A medida que pasan los meses Venezuela parece alejarse, afortunadamente, de ese "mar de felicidad" que nos prometiera el presidente Chávez: el camino de la Cuba fidelista. El fantasma del totalitarismo parece retroceder pero no por eso, sin embargo, el futuro se presenta mejor para nuestro país.

El gobierno supuestamente revolucionario que tenemos se va mostrando poco a poco cómo una administración que, más allá de sus constantes excesos verbales, se caracteriza en realidad por sus escasas ideas y la más abierta incompetencia. Chávez amenaza a la prensa, a los empresarios, a los colegios privados, a los propietarios de tierras, a los obispos y a toda sombra que le parezca representar la "oligarquía" contra la que dice luchar. Pero poco, o nada, hace en realidad. Ninguno de estos amagos logra concretarse en hechos, mientras en su marcha cotidiana el gobierno -al contrario- parece sufrir de una progresiva parálisis que lo vuelve por completo inoperante.

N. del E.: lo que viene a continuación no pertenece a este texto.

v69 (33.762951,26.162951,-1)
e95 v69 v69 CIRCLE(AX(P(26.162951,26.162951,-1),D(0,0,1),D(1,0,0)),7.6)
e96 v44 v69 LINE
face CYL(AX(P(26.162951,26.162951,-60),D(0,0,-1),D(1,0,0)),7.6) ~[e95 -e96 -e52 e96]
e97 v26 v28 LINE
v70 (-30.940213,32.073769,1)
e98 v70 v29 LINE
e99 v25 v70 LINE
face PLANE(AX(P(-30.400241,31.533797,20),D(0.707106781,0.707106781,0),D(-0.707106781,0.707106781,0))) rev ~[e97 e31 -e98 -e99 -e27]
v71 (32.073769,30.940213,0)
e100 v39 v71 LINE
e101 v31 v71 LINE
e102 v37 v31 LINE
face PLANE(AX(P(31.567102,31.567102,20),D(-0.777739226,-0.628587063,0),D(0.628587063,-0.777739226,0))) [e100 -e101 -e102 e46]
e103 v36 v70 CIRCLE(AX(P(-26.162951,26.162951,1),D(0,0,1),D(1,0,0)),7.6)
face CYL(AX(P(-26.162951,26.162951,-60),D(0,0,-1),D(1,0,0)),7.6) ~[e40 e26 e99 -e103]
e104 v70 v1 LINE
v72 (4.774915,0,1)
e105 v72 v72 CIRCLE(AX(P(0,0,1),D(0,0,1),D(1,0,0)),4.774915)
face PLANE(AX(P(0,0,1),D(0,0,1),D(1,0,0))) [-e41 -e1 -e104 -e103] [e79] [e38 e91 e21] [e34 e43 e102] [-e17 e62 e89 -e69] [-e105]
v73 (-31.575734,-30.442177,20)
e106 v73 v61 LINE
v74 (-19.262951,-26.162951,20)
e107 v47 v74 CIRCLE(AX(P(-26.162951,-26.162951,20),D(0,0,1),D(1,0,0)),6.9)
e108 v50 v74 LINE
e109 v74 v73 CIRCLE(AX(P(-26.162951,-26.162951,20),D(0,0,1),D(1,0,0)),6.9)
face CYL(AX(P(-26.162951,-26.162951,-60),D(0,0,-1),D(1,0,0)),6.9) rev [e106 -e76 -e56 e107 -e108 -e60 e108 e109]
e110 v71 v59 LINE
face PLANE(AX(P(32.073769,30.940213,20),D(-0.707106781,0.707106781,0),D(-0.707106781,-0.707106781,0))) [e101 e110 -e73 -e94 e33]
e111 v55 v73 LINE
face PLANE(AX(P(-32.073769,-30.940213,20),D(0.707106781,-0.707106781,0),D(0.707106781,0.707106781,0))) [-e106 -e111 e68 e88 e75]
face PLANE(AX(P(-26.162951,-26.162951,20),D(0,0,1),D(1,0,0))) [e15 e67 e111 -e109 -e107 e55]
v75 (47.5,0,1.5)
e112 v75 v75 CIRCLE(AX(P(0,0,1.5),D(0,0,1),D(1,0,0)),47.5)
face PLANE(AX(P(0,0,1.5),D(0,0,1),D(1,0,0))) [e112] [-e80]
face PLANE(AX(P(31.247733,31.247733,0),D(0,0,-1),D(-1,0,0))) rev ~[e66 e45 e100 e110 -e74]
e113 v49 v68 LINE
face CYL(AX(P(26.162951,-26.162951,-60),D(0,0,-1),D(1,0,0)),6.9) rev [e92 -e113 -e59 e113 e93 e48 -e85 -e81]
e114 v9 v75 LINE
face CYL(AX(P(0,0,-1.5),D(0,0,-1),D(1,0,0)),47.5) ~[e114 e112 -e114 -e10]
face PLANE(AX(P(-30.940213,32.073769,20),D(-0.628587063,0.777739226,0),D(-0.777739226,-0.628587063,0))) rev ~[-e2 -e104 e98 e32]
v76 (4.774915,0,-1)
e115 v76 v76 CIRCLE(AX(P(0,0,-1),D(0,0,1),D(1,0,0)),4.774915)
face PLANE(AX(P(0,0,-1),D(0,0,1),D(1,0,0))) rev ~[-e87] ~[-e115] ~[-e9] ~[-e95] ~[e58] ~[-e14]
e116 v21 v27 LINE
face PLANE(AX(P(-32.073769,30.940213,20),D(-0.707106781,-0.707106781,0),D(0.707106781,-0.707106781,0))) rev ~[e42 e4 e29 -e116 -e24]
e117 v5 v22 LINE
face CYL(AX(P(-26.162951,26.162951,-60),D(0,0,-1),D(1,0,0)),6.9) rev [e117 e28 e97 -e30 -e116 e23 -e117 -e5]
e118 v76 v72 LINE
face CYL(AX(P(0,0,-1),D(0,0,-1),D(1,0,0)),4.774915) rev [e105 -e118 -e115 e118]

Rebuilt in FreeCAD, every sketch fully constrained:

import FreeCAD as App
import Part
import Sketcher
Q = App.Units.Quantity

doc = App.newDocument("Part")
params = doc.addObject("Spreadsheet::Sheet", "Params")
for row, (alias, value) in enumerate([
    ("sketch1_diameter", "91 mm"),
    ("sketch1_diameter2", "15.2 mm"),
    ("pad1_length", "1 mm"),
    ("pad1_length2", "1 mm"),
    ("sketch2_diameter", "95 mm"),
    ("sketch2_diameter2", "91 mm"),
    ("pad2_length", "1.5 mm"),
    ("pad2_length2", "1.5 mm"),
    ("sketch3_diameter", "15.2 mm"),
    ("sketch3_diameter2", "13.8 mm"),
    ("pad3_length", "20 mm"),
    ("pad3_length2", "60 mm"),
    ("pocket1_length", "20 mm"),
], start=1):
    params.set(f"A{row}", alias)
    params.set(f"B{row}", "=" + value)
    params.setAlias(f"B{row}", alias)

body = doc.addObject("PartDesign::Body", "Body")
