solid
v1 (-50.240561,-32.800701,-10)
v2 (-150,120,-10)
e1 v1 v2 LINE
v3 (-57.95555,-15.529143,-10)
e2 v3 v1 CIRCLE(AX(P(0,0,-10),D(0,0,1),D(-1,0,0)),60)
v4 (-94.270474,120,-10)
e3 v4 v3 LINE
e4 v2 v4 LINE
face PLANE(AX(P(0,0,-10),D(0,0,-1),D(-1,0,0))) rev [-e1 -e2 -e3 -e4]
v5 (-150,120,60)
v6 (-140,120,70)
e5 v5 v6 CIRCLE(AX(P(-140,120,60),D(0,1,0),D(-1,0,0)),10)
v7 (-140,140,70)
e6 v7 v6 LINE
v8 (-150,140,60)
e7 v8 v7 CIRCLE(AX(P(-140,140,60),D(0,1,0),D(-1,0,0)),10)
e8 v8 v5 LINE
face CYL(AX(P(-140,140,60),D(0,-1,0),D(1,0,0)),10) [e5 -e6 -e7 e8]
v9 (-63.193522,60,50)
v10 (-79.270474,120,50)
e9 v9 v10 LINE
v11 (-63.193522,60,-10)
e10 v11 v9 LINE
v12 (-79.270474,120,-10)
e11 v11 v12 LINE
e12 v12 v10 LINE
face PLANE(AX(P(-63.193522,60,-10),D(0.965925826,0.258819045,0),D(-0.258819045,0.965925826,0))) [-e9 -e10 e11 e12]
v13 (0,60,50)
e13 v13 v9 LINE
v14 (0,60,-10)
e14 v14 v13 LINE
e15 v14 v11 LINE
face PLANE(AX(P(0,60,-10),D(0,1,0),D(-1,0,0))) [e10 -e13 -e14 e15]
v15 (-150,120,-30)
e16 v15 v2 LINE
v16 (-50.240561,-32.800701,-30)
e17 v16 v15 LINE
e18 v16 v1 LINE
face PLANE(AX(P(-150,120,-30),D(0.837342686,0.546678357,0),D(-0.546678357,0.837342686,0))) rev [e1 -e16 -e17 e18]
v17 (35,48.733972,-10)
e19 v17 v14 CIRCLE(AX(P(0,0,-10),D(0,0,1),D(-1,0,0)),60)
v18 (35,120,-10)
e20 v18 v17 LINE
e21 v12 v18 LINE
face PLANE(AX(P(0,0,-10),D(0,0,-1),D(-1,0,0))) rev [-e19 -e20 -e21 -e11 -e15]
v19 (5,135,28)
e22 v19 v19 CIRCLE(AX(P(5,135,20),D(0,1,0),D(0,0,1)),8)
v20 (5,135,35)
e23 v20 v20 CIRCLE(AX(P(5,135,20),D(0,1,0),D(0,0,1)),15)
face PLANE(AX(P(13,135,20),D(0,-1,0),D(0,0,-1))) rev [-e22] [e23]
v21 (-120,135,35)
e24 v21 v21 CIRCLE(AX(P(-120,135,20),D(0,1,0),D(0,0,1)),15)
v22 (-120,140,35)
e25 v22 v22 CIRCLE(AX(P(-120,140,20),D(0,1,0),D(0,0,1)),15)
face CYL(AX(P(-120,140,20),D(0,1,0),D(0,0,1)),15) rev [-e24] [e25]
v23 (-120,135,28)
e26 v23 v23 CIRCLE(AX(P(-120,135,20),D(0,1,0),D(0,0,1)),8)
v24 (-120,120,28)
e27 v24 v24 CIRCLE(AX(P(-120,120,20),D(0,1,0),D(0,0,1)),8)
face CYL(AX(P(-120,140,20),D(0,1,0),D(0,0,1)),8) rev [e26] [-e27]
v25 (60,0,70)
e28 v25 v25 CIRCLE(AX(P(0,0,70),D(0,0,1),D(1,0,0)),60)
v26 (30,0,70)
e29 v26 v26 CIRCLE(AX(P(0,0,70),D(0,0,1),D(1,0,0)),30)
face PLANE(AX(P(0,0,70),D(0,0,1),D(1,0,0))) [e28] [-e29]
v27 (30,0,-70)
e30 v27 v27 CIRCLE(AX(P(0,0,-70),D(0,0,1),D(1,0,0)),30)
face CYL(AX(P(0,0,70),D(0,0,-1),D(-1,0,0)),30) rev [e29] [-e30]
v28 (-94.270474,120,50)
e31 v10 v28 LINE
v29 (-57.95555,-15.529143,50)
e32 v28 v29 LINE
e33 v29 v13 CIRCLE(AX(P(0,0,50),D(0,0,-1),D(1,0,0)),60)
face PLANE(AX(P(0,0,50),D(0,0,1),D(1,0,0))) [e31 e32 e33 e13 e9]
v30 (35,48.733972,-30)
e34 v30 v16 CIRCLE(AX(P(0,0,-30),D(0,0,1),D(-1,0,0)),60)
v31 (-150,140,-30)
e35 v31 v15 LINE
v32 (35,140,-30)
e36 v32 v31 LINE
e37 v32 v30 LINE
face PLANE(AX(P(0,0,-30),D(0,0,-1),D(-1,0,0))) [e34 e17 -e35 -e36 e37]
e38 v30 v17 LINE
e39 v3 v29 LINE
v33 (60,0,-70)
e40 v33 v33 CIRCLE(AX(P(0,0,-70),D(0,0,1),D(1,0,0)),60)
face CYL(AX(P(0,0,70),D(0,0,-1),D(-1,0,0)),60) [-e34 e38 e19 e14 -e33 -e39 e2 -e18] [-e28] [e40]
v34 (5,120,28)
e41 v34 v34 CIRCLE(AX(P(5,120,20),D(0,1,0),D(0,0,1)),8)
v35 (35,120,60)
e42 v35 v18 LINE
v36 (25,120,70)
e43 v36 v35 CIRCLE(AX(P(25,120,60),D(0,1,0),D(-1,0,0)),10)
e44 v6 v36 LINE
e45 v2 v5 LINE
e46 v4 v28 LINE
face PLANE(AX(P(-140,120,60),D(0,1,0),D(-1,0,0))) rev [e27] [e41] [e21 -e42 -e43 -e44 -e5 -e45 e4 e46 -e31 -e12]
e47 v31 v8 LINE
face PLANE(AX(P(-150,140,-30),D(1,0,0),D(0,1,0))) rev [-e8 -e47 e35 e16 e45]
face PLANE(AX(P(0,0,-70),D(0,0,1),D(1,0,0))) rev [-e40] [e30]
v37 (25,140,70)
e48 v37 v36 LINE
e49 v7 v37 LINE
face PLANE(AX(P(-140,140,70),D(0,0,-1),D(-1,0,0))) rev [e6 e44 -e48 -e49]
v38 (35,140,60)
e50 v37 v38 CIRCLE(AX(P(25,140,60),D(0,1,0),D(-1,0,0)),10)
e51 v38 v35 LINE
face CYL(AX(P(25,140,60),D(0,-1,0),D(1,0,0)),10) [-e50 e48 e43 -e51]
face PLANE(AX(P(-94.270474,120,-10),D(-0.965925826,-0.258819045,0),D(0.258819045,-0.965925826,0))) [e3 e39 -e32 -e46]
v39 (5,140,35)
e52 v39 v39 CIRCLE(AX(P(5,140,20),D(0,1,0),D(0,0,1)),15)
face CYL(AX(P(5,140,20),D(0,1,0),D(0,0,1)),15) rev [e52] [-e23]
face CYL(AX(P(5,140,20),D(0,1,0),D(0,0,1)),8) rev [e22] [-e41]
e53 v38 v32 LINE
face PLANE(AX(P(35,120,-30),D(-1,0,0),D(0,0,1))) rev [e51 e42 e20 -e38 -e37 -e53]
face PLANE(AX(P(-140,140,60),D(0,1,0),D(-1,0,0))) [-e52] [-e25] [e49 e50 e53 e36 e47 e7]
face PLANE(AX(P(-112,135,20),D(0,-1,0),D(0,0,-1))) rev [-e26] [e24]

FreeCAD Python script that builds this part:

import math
import FreeCAD as App
import Part
import Sketcher

V = App.Vector
Q = App.Units.Quantity

doc = App.newDocument("Part")
body = doc.addObject("PartDesign::Body", "Body")

# Sketch on XY plane
sketch1 = body.newObject("Sketcher::SketchObject", "Sketch")
sketch1.AttachmentSupport = (doc.getObject("XY_Plane"), [""])
sketch1.MapMode = "FlatFace"
sketch1.addGeometry([
    Part.Circle(V(0, 0, 0), V(0, 0, 1), 60),
    Part.Circle(V(0, 0, 0), V(0, 0, 1), 30),
], False)
sketch1.addConstraint([
    Sketcher.Constraint("Coincident", 0, 3, -1, 1),
    Sketcher.Constraint("Coincident", 1, 3, -1, 1),
    Sketcher.Constraint("Diameter", 0, 120.0),
    Sketcher.Constraint("Diameter", 1, 60.0),
])
pad1 = body.newObject("PartDesign::Pad", "Pad")
pad1.Profile = sketch1
pad1.Length = 140
pad1.Midplane = True

# Sketch on XY plane
sketch2 = body.newObject("Sketcher::SketchObject", "Sketch001")
sketch2.AttachmentSupport = (doc.getObject("XY_Plane"), [""])
sketch2.MapMode = "FlatFace"
sketch2.AttachmentOffset = App.Placement(V(0, 0, 50), App.Rotation())
sketch2.addGeometry([
    Part.LineSegment(V(-79, 120, 0), V(-94, 120, 0)),  # 0
    Part.LineSegment(V(-94, 120, 0), V(-58, -16, 0)),  # 1
    Part.ArcOfCircle(Part.Circle(V(0, 0, 0), V(0, 0, 1), 60), math.radians(90), math.radians(195)),  # 2
    Part.LineSegment(V(0, 60, 0), V(-63, 60, 0)),  # 3
    Part.LineSegment(V(-63, 60, 0), V(-79, 120, 0)),  # 4
], False)
sketch2.addConstraint([
    Sketcher.Constraint("Coincident", 0, 2, 1, 1),
    Sketcher.Constraint("Tangent", 1, 2, 2, 2),
    Sketcher.Constraint("Tangent", 2, 1, 3, 1),
    Sketcher.Constraint("Coincident", 3, 2, 4, 1),
    Sketcher.Constraint("Coincident", 4, 2, 0, 1),
    Sketcher.Constraint("Horizontal", 0),
    Sketcher.Constraint("Horizontal", 3),
    Sketcher.Constraint("Coincident", 2, 3, -1, 1),
    Sketcher.Constraint("Parallel", 1, 4),
    Sketcher.Constraint("Radius", 2, 60.0),
    Sketcher.Constraint("DistanceX", 0, 2, 0, 1, 15.0),
    Sketcher.Constraint("Angle", 1, Q("-75 deg")),
    Sketcher.Constraint("DistanceY", -1, 1, 0, 2, 120.0),
])
pad2 = body.newObject("PartDesign::Pad", "Pad001")
pad2.Profile = sketch2
pad2.Length = 60
pad2.Reversed = True

# Sketch on XY plane
sketch3 = body.newObject("Sketcher::SketchObject", "Sketch002")
sketch3.AttachmentSupport = (doc.getObject("XY_Plane"), [""])
sketch3.MapMode = "FlatFace"
sketch3.AttachmentOffset = App.Placement(V(0, 0, -10), App.Rotation())
sketch3.addGeometry([
    Part.LineSegment(V(-150, 120, 0), V(35, 120, 0)),
    Part.LineSegment(V(35, 120, 0), V(35, 49, 0)),
    Part.ArcOfCircle(Part.Circle(V(0, 0, 0), V(0, 0, 1), 60), math.radians(54), math.radians(213)),
    Part.LineSegment(V(-50, -33, 0), V(-150, 120, 0)),
], False)
sketch3.addConstraint([
    Sketcher.Constraint("Coincident", 0, 2, 1, 1),
    Sketcher.Constraint("Coincident", 1, 2, 2, 1),
    Sketcher.Constraint("Tangent", 2, 2, 3, 1),
    Sketcher.Constraint("Coincident", 3, 2, 0, 1),
    Sketcher.Constraint("Horizontal", 0),
    Sketcher.Constraint("Vertical", 1),
    Sketcher.Constraint("Coincident", 2, 3, -1, 1),
    Sketcher.Constraint("Radius", 2, 60.0),
    Sketcher.Constraint("DistanceX", 0, 1, 0, 2, 185.0),
    Sketcher.Constraint("DistanceX", -1, 1, 0, 2, 35.0),
    Sketcher.Constraint("DistanceY", -1, 1, 0, 2, 120.0),
])
pad3 = body.newObject("PartDesign::Pad", "Pad002")
pad3.Profile = sketch3
pad3.Length = 20
pad3.Reversed = True

# Sketch on XZ plane
sketch4 = body.newObject("Sketcher::SketchObject", "Sketch003")
sketch4.AttachmentSupport = (doc.getObject("XZ_Plane"), [""])
sketch4.MapMode = "FlatFace"
sketch4.AttachmentOffset = App.Placement(V(0, 0, -120), App.Rotation())
sketch4.addGeometry([
    Part.LineSegment(V(-150, -30, 0), V(-150, 60, 0)),  # 0
    Part.ArcOfCircle(Part.Circle(V(-140, 60, 0), V(0, 0, 1), 10), math.radians(90), math.radians(180)),  # 1
    Part.LineSegment(V(-140, 70, 0), V(25, 70, 0)),  # 2
    Part.ArcOfCircle(Part.Circle(V(25, 60, 0), V(0, 0, 1), 10), math.radians(0), math.radians(90)),  # 3
    Part.LineSegment(V(35, 60, 0), V(35, -30, 0)),  # 4
    Part.LineSegment(V(35, -30, 0), V(-150, -30, 0)),  # 5
], False)
sketch4.addConstraint([
    Sketcher.Constraint("Tangent", 0, 2, 1, 2),
    Sketcher.Constraint("Tangent", 1, 1, 2, 1),
    Sketcher.Constraint("Tangent", 2, 2, 3, 2),
    Sketcher.Constraint("Tangent", 3, 1, 4, 1),
    Sketcher.Constraint("Coincident", 4, 2, 5, 1),
    Sketcher.Constraint("Coincident", 5, 2, 0, 1),
    Sketcher.Constraint("Vertical", 0),
    Sketcher.Constraint("Horizontal", 2),
    Sketcher.Constraint("Vertical", 4),
    Sketcher.Constraint("Horizontal", 5),
    Sketcher.Constraint("Equal", 1, 3),
    Sketcher.Constraint("Radius", 1, 10.0),
    Sketcher.Constraint("DistanceX", 2, 1, 2, 2, 165.0),
    Sketcher.Constraint("DistanceY", 0, 1, 0, 2, 90.0),
    Sketcher.Constraint("DistanceX", 1, 3, -1, 1, 140.0),
    Sketcher.Constraint("DistanceY", -1, 1, 1, 3, 60.0),
])
pad4 = body.newObject("PartDesign::Pad", "Pad003")
pad4.Profile = sketch4
pad4.Length = 20
pad4.Reversed = True

# Sketch on XZ plane
sketch5 = body.newObject("Sketcher::SketchObject", "Sketch004")
sketch5.AttachmentSupport = (doc.getObject("XZ_Plane"), [""])
sketch5.MapMode = "FlatFace"
sketch5.AttachmentOffset = App.Placement(V(0, 0, -140), App.Rotation())
sketch5.addGeometry([
    Part.Circle(V(-120, 20, 0), V(0, 0, 1), 8),
    Part.Circle(V(5, 20, 0), V(0, 0, 1), 8),
], False)
sketch5.addConstraint([
    Sketcher.Constraint("Equal", 0, 1),
    Sketcher.Constraint("Horizontal", 0, 3, 1, 3),
    Sketcher.Constraint("Diameter", 0, 16.0),
    Sketcher.Constraint("DistanceX", 0, 3, -1, 1, 120.0),
    Sketcher.Constraint("DistanceY", -1, 1, 0, 3, 20.0),
    Sketcher.Constraint("DistanceX", -1, 1, 1, 3, 5.0),
])
doc.recompute()
hole = body.newObject("PartDesign::Hole", "Hole")
hole.Profile = sketch5
hole.ThreadType = "None"
hole.Diameter = 16
hole.DepthType = "Dimension"
hole.Depth = 20
hole.DrillPoint = "Angled"
hole.DrillPointAngle = 118
hole.HoleCutType = "Counterbore"
hole.HoleCutDiameter = 30
hole.HoleCutDepth = 5
hole.Reversed = True

doc.recompute()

Muy pocas de las leyes que podría dictar, amparado por la Ley Habilitante que lo faculta para hacerlo, se han presentado hasta ahora a la Asamblea Nacional. La importante reforma de la seguridad social, por ejemplo, ha sido postergada una vez más -y con este diferimiento ya van cuatro- mientras las aduanas e inspectorías de tránsito prácticamente no funcionan, se vuelve a hablar de una reforma en el poder judicial y todo, abrumadoramente, marcha de una forma lenta, como a tropezones, sin producir cambios y con menos eficiencia, aún, que la que tenía en tiempos anteriores.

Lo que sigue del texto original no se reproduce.